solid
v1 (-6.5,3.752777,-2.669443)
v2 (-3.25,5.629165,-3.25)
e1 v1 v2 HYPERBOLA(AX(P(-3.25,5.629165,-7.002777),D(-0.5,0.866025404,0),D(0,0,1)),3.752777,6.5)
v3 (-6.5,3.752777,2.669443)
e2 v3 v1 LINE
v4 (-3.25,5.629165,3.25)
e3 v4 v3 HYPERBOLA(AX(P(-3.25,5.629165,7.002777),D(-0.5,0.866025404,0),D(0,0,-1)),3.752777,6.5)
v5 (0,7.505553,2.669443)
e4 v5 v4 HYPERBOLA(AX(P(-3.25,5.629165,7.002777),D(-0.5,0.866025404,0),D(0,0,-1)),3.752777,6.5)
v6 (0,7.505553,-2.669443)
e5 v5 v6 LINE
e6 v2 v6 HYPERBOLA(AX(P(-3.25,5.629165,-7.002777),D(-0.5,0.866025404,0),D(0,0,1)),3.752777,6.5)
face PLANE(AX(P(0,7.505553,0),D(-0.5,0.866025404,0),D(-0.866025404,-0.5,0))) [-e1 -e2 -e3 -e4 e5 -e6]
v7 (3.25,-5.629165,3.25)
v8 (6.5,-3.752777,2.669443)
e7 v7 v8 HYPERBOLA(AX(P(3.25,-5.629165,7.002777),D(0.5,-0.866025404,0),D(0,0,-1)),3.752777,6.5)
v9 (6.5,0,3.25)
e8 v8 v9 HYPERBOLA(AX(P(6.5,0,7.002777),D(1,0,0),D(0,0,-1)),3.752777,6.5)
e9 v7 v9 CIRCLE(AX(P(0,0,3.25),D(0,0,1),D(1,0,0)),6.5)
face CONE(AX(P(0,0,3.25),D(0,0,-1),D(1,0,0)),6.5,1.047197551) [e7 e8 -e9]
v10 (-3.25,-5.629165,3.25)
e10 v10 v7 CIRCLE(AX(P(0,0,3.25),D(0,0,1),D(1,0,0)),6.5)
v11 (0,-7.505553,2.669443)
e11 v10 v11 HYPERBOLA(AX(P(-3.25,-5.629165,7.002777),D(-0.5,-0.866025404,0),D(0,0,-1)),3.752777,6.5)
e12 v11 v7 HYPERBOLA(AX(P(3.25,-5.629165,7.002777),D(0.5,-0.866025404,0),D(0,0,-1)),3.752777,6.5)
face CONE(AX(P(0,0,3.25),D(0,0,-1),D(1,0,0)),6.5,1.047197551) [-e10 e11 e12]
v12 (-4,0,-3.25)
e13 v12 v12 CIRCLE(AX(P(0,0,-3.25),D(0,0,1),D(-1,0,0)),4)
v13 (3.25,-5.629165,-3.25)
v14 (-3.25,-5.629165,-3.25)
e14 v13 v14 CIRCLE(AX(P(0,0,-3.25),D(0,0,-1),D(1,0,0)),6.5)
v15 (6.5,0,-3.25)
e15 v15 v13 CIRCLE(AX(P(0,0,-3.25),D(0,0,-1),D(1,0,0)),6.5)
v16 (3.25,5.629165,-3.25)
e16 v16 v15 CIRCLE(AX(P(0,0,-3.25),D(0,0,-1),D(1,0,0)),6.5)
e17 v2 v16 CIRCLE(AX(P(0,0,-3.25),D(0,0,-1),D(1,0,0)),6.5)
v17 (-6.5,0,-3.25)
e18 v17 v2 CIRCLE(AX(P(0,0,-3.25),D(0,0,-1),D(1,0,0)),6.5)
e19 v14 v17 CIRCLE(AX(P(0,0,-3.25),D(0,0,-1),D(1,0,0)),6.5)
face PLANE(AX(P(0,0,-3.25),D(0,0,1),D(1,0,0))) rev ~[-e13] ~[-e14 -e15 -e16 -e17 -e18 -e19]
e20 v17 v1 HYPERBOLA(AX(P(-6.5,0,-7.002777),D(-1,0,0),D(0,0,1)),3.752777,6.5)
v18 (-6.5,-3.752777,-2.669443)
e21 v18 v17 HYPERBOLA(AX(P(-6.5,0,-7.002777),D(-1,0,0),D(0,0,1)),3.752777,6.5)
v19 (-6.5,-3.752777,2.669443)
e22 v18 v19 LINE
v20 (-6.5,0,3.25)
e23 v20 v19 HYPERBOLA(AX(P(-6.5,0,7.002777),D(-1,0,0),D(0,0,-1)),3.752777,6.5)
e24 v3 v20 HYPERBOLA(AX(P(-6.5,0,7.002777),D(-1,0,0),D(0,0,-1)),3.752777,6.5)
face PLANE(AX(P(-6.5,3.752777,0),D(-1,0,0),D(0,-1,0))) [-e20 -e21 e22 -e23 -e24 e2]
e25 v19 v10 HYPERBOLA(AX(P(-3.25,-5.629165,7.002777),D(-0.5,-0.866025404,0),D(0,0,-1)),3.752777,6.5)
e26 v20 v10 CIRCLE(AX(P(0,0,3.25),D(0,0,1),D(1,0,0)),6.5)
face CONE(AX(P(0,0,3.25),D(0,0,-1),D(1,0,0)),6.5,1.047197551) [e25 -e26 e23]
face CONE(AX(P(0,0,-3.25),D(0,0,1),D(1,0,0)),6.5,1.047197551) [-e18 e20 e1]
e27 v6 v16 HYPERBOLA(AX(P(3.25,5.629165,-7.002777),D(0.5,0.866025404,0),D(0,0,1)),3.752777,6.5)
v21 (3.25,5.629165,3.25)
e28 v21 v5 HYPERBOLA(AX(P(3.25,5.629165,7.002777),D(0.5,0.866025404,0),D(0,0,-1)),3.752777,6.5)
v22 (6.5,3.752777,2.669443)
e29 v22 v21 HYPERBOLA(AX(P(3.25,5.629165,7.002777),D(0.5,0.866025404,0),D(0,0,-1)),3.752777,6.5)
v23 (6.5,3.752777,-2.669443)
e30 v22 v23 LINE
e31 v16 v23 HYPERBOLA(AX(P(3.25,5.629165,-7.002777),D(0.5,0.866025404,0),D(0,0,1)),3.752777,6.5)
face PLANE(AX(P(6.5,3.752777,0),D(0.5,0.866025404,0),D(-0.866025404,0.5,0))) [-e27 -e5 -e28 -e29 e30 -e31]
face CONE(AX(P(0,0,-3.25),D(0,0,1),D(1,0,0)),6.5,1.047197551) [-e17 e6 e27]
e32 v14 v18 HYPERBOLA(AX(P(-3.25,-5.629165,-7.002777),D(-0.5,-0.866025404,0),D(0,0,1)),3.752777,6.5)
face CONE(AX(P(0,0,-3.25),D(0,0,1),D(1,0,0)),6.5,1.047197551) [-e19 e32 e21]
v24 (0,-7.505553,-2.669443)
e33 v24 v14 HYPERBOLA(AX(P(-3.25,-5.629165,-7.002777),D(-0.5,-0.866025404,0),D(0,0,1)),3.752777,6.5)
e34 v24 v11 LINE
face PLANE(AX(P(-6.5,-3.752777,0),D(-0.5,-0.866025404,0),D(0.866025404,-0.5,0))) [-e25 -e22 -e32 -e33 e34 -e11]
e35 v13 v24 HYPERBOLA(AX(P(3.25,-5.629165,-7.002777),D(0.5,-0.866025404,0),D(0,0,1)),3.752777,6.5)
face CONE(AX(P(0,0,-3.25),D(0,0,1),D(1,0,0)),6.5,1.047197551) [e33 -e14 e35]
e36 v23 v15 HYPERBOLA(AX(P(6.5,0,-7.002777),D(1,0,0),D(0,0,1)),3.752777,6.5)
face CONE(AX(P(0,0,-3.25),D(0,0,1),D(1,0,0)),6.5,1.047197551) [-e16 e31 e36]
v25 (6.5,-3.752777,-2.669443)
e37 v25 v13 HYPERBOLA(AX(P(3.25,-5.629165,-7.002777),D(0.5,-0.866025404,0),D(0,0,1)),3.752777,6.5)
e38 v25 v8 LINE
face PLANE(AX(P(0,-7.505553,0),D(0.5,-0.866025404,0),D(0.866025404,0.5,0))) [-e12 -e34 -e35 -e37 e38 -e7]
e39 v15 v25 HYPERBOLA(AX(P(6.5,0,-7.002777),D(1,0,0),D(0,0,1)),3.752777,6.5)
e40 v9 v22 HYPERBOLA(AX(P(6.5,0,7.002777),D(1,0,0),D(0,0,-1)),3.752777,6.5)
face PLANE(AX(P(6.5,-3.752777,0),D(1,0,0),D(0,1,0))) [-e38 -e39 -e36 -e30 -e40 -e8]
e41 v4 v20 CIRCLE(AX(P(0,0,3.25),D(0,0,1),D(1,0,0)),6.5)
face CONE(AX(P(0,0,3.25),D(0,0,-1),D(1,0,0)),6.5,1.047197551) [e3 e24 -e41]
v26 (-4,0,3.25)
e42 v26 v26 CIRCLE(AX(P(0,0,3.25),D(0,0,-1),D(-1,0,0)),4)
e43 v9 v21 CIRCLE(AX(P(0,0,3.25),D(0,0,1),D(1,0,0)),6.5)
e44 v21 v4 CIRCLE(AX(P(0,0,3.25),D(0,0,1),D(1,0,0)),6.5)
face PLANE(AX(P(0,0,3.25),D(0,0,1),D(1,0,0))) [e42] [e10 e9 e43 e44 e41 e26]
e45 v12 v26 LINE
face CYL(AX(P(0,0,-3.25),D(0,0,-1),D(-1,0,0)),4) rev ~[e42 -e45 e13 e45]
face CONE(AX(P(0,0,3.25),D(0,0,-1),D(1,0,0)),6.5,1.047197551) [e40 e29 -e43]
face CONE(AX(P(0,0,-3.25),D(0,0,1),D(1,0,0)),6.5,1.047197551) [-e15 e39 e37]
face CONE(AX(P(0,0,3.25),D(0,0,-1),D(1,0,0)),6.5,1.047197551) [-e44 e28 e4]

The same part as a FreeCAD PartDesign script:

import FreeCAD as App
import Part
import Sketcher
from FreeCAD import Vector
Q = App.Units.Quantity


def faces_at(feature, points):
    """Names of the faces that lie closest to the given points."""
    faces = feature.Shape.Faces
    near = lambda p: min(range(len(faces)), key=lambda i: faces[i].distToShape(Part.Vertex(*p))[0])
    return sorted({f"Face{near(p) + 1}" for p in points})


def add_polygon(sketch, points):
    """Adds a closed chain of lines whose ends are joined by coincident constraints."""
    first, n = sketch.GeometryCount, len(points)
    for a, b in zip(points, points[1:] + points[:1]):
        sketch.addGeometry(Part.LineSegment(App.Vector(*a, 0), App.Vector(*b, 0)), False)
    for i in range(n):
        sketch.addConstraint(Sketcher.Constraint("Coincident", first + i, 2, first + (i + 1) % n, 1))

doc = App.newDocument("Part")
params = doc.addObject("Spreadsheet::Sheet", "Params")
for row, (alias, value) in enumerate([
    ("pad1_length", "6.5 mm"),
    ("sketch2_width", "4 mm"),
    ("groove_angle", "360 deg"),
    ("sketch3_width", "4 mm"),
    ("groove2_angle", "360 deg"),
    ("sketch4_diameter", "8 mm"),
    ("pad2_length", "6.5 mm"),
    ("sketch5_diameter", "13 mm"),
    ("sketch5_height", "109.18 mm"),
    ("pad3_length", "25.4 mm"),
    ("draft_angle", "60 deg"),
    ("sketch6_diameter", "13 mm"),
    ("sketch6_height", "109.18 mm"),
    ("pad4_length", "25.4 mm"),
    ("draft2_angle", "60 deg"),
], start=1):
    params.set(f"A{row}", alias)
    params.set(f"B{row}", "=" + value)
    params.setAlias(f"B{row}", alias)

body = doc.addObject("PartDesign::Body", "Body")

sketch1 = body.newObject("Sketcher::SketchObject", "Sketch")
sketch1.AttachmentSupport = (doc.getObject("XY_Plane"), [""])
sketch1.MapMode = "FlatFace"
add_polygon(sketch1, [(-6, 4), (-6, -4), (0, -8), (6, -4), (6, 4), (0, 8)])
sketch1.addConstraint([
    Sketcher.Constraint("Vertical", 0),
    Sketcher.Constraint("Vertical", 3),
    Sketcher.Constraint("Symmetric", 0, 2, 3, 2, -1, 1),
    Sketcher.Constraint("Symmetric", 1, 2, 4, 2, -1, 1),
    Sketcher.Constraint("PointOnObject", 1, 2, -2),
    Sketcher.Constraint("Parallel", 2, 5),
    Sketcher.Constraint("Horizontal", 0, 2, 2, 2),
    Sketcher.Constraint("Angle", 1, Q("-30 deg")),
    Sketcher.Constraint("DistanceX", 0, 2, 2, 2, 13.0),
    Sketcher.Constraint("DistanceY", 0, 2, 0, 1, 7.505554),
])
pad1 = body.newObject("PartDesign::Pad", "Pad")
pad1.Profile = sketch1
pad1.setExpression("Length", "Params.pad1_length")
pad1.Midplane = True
##########
▶ Assignment
From the material above, set down exactly the lines between the line holding "e26 v20 v10" and the line holding "e35 v13 v24", inclusive. Include nothing else.

▶ Solved exercise
e26 v20 v10 CIRCLE(AX(P(0,0,3.25),D(0,0,1),D(1,0,0)),6.5)
face CONE(AX(P(0,0,3.25),D(0,0,-1),D(1,0,0)),6.5,1.047197551) [e25 -e26 e23]
face CONE(AX(P(0,0,-3.25),D(0,0,1),D(1,0,0)),6.5,1.047197551) [-e18 e20 e1]
e27 v6 v16 HYPERBOLA(AX(P(3.25,5.629165,-7.002777),D(0.5,0.866025404,0),D(0,0,1)),3.752777,6.5)
v21 (3.25,5.629165,3.25)
e28 v21 v5 HYPERBOLA(AX(P(3.25,5.629165,7.002777),D(0.5,0.866025404,0),D(0,0,-1)),3.752777,6.5)
v22 (6.5,3.752777,2.669443)
e29 v22 v21 HYPERBOLA(AX(P(3.25,5.629165,7.002777),D(0.5,0.866025404,0),D(0,0,-1)),3.752777,6.5)
v23 (6.5,3.752777,-2.669443)
e30 v22 v23 LINE
e31 v16 v23 HYPERBOLA(AX(P(3.25,5.629165,-7.002777),D(0.5,0.866025404,0),D(0,0,1)),3.752777,6.5)
face PLANE(AX(P(6.5,3.752777,0),D(0.5,0.866025404,0),D(-0.866025404,0.5,0))) [-e27 -e5 -e28 -e29 e30 -e31]
face CONE(AX(P(0,0,-3.25),D(0,0,1),D(1,0,0)),6.5,1.047197551) [-e17 e6 e27]
e32 v14 v18 HYPERBOLA(AX(P(-3.25,-5.629165,-7.002777),D(-0.5,-0.866025404,0),D(0,0,1)),3.752777,6.5)
face CONE(AX(P(0,0,-3.25),D(0,0,1),D(1,0,0)),6.5,1.047197551) [-e19 e32 e21]
v24 (0,-7.505553,-2.669443)
e33 v24 v14 HYPERBOLA(AX(P(-3.25,-5.629165,-7.002777),D(-0.5,-0.866025404,0),D(0,0,1)),3.752777,6.5)
e34 v24 v11 LINE
face PLANE(AX(P(-6.5,-3.752777,0),D(-0.5,-0.866025404,0),D(0.866025404,-0.5,0))) [-e25 -e22 -e32 -e33 e34 -e11]
e35 v13 v24 HYPERBOLA(AX(P(3.25,-5.629165,-7.002777),D(0.5,-0.866025404,0),D(0,0,1)),3.752777,6.5)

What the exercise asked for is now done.